Para chegar a essa conclusão, a equipe analisou um levantamento de seis semanas em 280 plataformas online — entre elas Facebook, Instagram, TikTok, eBay, Google, Alibaba, Shopee e Tokopedia —, mapeando tanto a web aberta quanto áreas privadas indexadas de redes sociais. Ao todo, os pesquisadores identificaram 33.006 espécies à venda: 54% eram animais vivos, e 46% eram partes de corpos de animais.
Todos pertenciam a espécies classificadas pela Cites (Convenção sobre o Comércio Internacional de Espécies Ameaçadas de Fauna e Flora Selvagem) como em risco de extinção ou vulneráveis.
“O comércio ilegal de vida selvagem online se espalha por muitas plataformas, incluindo redes sociais populares, e representa uma ameaça crescente e em evolução para a conservação da biodiversidade”, afirma Enrico Di Minin, cientista de conservação da Universidade de Helsinque e um dos autores do estudo. “O que é particularmente preocupante é que muitas das espécies encontradas sendo negociadas ilegalmente online estão em alto risco de extinção ou não eram consideradas anteriormente sob risco do comércio ilegal.”
Segundo os pesquisadores, os danos causados pelo comércio digital seguem o mesmo padrão do tráfico tradicional — mas em escala ampliada.

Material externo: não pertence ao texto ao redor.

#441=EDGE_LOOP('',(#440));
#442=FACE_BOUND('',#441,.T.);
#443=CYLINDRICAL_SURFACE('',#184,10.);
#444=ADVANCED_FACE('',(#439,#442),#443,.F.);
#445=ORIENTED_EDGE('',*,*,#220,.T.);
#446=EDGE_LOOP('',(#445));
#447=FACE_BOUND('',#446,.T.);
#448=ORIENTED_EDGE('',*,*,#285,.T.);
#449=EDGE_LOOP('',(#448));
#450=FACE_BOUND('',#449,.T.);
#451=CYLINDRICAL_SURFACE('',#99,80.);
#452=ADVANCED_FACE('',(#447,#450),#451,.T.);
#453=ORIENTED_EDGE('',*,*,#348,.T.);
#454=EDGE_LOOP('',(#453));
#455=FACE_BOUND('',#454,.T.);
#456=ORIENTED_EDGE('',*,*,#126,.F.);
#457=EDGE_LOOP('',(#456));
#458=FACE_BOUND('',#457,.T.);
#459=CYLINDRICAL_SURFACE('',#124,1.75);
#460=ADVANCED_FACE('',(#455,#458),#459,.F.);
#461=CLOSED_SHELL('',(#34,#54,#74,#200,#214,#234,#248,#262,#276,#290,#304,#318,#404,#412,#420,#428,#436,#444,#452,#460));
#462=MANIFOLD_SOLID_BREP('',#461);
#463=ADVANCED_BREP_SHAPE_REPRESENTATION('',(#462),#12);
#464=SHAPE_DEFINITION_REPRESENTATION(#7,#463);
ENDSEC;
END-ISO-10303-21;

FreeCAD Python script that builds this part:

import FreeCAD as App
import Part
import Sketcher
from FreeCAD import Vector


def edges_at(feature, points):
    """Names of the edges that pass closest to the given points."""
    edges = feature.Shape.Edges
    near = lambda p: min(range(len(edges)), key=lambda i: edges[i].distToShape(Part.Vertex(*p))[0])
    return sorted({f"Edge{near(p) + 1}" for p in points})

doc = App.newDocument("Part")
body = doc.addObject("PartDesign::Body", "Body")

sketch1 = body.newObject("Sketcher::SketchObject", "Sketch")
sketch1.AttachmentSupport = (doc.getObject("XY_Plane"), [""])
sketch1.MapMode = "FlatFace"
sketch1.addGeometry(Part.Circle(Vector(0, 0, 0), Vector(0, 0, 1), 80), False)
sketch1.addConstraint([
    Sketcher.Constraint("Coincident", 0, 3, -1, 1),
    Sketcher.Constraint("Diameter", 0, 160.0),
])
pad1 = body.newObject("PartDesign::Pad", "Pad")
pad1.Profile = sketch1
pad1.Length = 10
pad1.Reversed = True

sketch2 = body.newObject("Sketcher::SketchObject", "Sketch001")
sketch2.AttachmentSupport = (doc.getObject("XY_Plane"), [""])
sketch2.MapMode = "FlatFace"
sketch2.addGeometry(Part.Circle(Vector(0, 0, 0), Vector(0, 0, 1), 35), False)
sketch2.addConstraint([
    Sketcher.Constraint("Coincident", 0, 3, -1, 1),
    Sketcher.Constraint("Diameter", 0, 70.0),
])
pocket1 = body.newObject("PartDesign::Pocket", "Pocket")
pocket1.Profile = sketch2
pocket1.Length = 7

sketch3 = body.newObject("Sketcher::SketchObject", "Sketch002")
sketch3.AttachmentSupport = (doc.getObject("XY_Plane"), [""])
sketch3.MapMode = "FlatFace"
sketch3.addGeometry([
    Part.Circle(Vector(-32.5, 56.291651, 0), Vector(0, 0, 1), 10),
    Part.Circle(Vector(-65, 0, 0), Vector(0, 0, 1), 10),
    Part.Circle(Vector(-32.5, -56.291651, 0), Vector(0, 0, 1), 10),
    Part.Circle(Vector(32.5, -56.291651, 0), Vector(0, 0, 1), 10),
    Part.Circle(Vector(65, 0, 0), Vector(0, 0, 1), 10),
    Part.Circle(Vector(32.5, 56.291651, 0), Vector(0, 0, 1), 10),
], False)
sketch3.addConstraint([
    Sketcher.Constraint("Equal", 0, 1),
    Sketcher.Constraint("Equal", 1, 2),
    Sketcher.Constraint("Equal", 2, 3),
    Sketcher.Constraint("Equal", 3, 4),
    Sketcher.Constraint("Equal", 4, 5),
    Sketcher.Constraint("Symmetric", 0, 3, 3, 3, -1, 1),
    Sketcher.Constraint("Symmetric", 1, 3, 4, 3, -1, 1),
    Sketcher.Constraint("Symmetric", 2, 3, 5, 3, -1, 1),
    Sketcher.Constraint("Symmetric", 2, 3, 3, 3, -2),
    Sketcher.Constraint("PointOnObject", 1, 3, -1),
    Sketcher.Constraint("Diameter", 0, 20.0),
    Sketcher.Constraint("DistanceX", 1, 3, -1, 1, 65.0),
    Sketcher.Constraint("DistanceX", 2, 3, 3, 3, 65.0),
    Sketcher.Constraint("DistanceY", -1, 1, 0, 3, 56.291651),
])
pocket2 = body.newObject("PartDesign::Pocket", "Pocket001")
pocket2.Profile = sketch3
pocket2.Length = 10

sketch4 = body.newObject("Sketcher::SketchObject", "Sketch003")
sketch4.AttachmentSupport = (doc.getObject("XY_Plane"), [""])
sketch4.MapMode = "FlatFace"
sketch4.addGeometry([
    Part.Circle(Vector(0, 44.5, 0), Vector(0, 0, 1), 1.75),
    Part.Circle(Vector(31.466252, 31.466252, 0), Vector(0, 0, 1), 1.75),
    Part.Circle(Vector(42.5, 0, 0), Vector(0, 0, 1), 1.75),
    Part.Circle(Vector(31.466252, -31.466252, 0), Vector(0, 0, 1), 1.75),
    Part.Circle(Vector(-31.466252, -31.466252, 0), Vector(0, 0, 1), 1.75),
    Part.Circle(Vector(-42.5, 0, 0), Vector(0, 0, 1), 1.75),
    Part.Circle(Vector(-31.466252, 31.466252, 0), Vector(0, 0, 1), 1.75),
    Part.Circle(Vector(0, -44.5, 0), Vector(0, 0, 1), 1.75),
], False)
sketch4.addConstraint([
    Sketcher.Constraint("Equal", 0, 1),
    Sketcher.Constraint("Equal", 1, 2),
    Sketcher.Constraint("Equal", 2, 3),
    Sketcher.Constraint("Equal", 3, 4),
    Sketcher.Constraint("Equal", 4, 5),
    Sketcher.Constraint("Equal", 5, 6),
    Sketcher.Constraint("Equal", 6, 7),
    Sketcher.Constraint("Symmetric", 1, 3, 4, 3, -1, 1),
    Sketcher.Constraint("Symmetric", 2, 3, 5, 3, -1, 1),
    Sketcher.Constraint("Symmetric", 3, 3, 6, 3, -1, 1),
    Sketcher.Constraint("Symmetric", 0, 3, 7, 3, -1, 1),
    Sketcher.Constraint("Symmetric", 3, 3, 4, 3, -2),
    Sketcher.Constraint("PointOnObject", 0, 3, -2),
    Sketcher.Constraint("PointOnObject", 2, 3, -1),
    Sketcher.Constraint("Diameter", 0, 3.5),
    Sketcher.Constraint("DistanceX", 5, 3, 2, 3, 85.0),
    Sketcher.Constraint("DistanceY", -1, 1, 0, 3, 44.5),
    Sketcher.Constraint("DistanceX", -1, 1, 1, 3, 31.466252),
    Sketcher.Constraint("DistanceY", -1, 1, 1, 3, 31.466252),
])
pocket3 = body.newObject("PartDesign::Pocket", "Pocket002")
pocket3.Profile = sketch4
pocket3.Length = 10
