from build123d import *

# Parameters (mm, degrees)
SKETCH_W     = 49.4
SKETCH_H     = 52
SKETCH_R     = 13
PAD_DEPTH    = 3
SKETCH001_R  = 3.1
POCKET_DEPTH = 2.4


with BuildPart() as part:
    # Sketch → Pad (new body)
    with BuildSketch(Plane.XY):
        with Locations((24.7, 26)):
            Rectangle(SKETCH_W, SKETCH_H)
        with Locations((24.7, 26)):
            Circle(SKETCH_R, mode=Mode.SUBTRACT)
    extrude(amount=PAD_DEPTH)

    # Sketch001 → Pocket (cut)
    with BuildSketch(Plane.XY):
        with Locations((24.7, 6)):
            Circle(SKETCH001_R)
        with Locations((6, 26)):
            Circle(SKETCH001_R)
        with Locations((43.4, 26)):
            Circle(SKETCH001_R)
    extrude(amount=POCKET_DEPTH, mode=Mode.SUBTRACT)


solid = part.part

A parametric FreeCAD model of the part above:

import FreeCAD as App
import Part
import Sketcher


def add_polygon(sketch, points):
    """Adds a closed chain of lines whose ends are joined by coincident constraints."""
    first, n = sketch.GeometryCount, len(points)
    for a, b in zip(points, points[1:] + points[:1]):
        sketch.addGeometry(Part.LineSegment(App.Vector(*a, 0), App.Vector(*b, 0)), False)
    for i in range(n):
        sketch.addConstraint(Sketcher.Constraint("Coincident", first + i, 2, first + (i + 1) % n, 1))

doc = App.newDocument("Part")
params = doc.addObject("Spreadsheet::Sheet", "Params")
for row, (alias, value) in enumerate([
    ("sketch1_diameter", "26 mm"),
    ("sketch1_height", "52 mm"),
    ("sketch1_width", "49.4 mm"),
    ("pad1_length", "3 mm"),
    ("sketch2_diameter", "6.2 mm"),
    ("pocket1_length", "2.4 mm"),
], start=1):
    params.set(f"A{row}", alias)
    params.set(f"B{row}", "=" + value)
    params.setAlias(f"B{row}", alias)

body = doc.addObject("PartDesign::Body", "Body")

sketch1 = body.newObject("Sketcher::SketchObject", "Sketch")
sketch1.AttachmentSupport = (doc.getObject("XY_Plane"), [""])
sketch1.MapMode = "FlatFace"
add_polygon(sketch1, [(0, 52), (0, 0), (49, 0), (49, 52)])
sketch1.addGeometry(Part.Circle(App.Vector(25, 26, 0), App.Vector(0, 0, 1), 13), False)
sketch1.addConstraint(Sketcher.Constraint("Vertical", 0))
sketch1.addConstraint(Sketcher.Constraint("Horizontal", 1))
sketch1.addConstraint(Sketcher.Constraint("Vertical", 2))
sketch1.addConstraint(Sketcher.Constraint("Horizontal", 3))
sketch1.addConstraint(Sketcher.Constraint("Coincident", 0, 2, -1, 1))
sketch1.addConstraint(Sketcher.Constraint("Diameter", 4, 26.0))
sketch1.addConstraint(Sketcher.Constraint("DistanceY", 0, 2, 0, 1, 52.0))
sketch1.addConstraint(Sketcher.Constraint("DistanceX", 1, 1, 1, 2, 49.4))
sketch1.addConstraint(Sketcher.Constraint("DistanceY", -1, 1, 4, 3, 26.0))
sketch1.addConstraint(Sketcher.Constraint("DistanceX", -1, 1, 4, 3, 24.7))
sketch1.setExpression("Constraints[9]", "Params.sketch1_diameter")
sketch1.setExpression("Constraints[10]", "Params.sketch1_height")
sketch1.setExpression("Constraints[11]", "Params.sketch1_width")
pad1 = body.newObject("PartDesign::Pad", "Pad")
pad1.Profile = sketch1
pad1.setExpression("Length", "Params.pad1_length")

sketch2 = body.newObject("Sketcher::SketchObject", "Sketch001")
sketch2.AttachmentSupport = (doc.getObject("XY_Plane"), [""])
sketch2.MapMode = "FlatFace"
sketch2.addGeometry(Part.Circle(App.Vector(24.7, 6, 0), App.Vector(0, 0, 1), 3.1), False)
sketch2.addGeometry(Part.Circle(App.Vector(6, 26, 0), App.Vector(0, 0, 1), 3.1), False)
sketch2.addGeometry(Part.Circle(App.Vector(43.4, 26, 0), App.Vector(0, 0, 1), 3.1), False)
sketch2.addConstraint(Sketcher.Constraint("Equal", 0, 1))
sketch2.addConstraint(Sketcher.Constraint("Equal", 1, 2))
sketch2.addConstraint(Sketcher.Constraint("Horizontal", 1, 3, 2, 3))
sketch2.addConstraint(Sketcher.Constraint("Diameter", 0, 6.2))
sketch2.addConstraint(Sketcher.Constraint("DistanceY", -1, 1, 0, 3, 6.0))
sketch2.addConstraint(Sketcher.Constraint("DistanceX", -1, 1, 1, 3, 6.0))
sketch2.addConstraint(Sketcher.Constraint("DistanceY", -1, 1, 1, 3, 26.0))
sketch2.addConstraint(Sketcher.Constraint("DistanceX", -1, 1, 0, 3, 24.7))
sketch2.addConstraint(Sketcher.Constraint("DistanceX", -1, 1, 2, 3, 43.4))
sketch2.setExpression("Constraints[3]", "Params.sketch2_diameter")
pocket1 = body.newObject("PartDesign::Pocket", "Pocket")
pocket1.Profile = sketch2
pocket1.setExpression("Length", "Params.pocket1_length")
pocket1.Reversed = True

doc.recompute()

“Os impactos negativos no bem-estar animal e na biodiversidade espelham os do comércio ilegal tradicional offline de vida selvagem, mas o alcance e a velocidade das plataformas online estão amplificando esses danos”, diz Neil D’Cruze, biólogo de conservação da Universidade Metropolitana de Manchester. “O comércio ilegal de vida selvagem online opera através de redes complexas e dispersas que atravessam fronteiras nacionais, expandindo e, em alguns casos, substituindo rotas tradicionais de tráfico.”
Além da ameaça direta às espécies, os autores apontam que a perda de biodiversidade também traz riscos para os seres humanos — entre eles, a propagação de espécies invasoras e a transmissão de vírus de origem animal.
“Esta revisão lança luz sobre a necessidade urgente de estratégias concertadas e em múltiplos níveis para combater o comércio ilegal de vida selvagem online. Essas estratégias não devem apenas fortalecer a proteção das espécies, mas também aprimorar a capacidade regulatória e tecnológica, engajar comunidades locais de forma significativa e promover uma abordagem de toda a sociedade para a conservação”, conclui Annette Hübschle, pesquisadora de crime contra a vida selvagem da Universidade da Cidade do Cabo.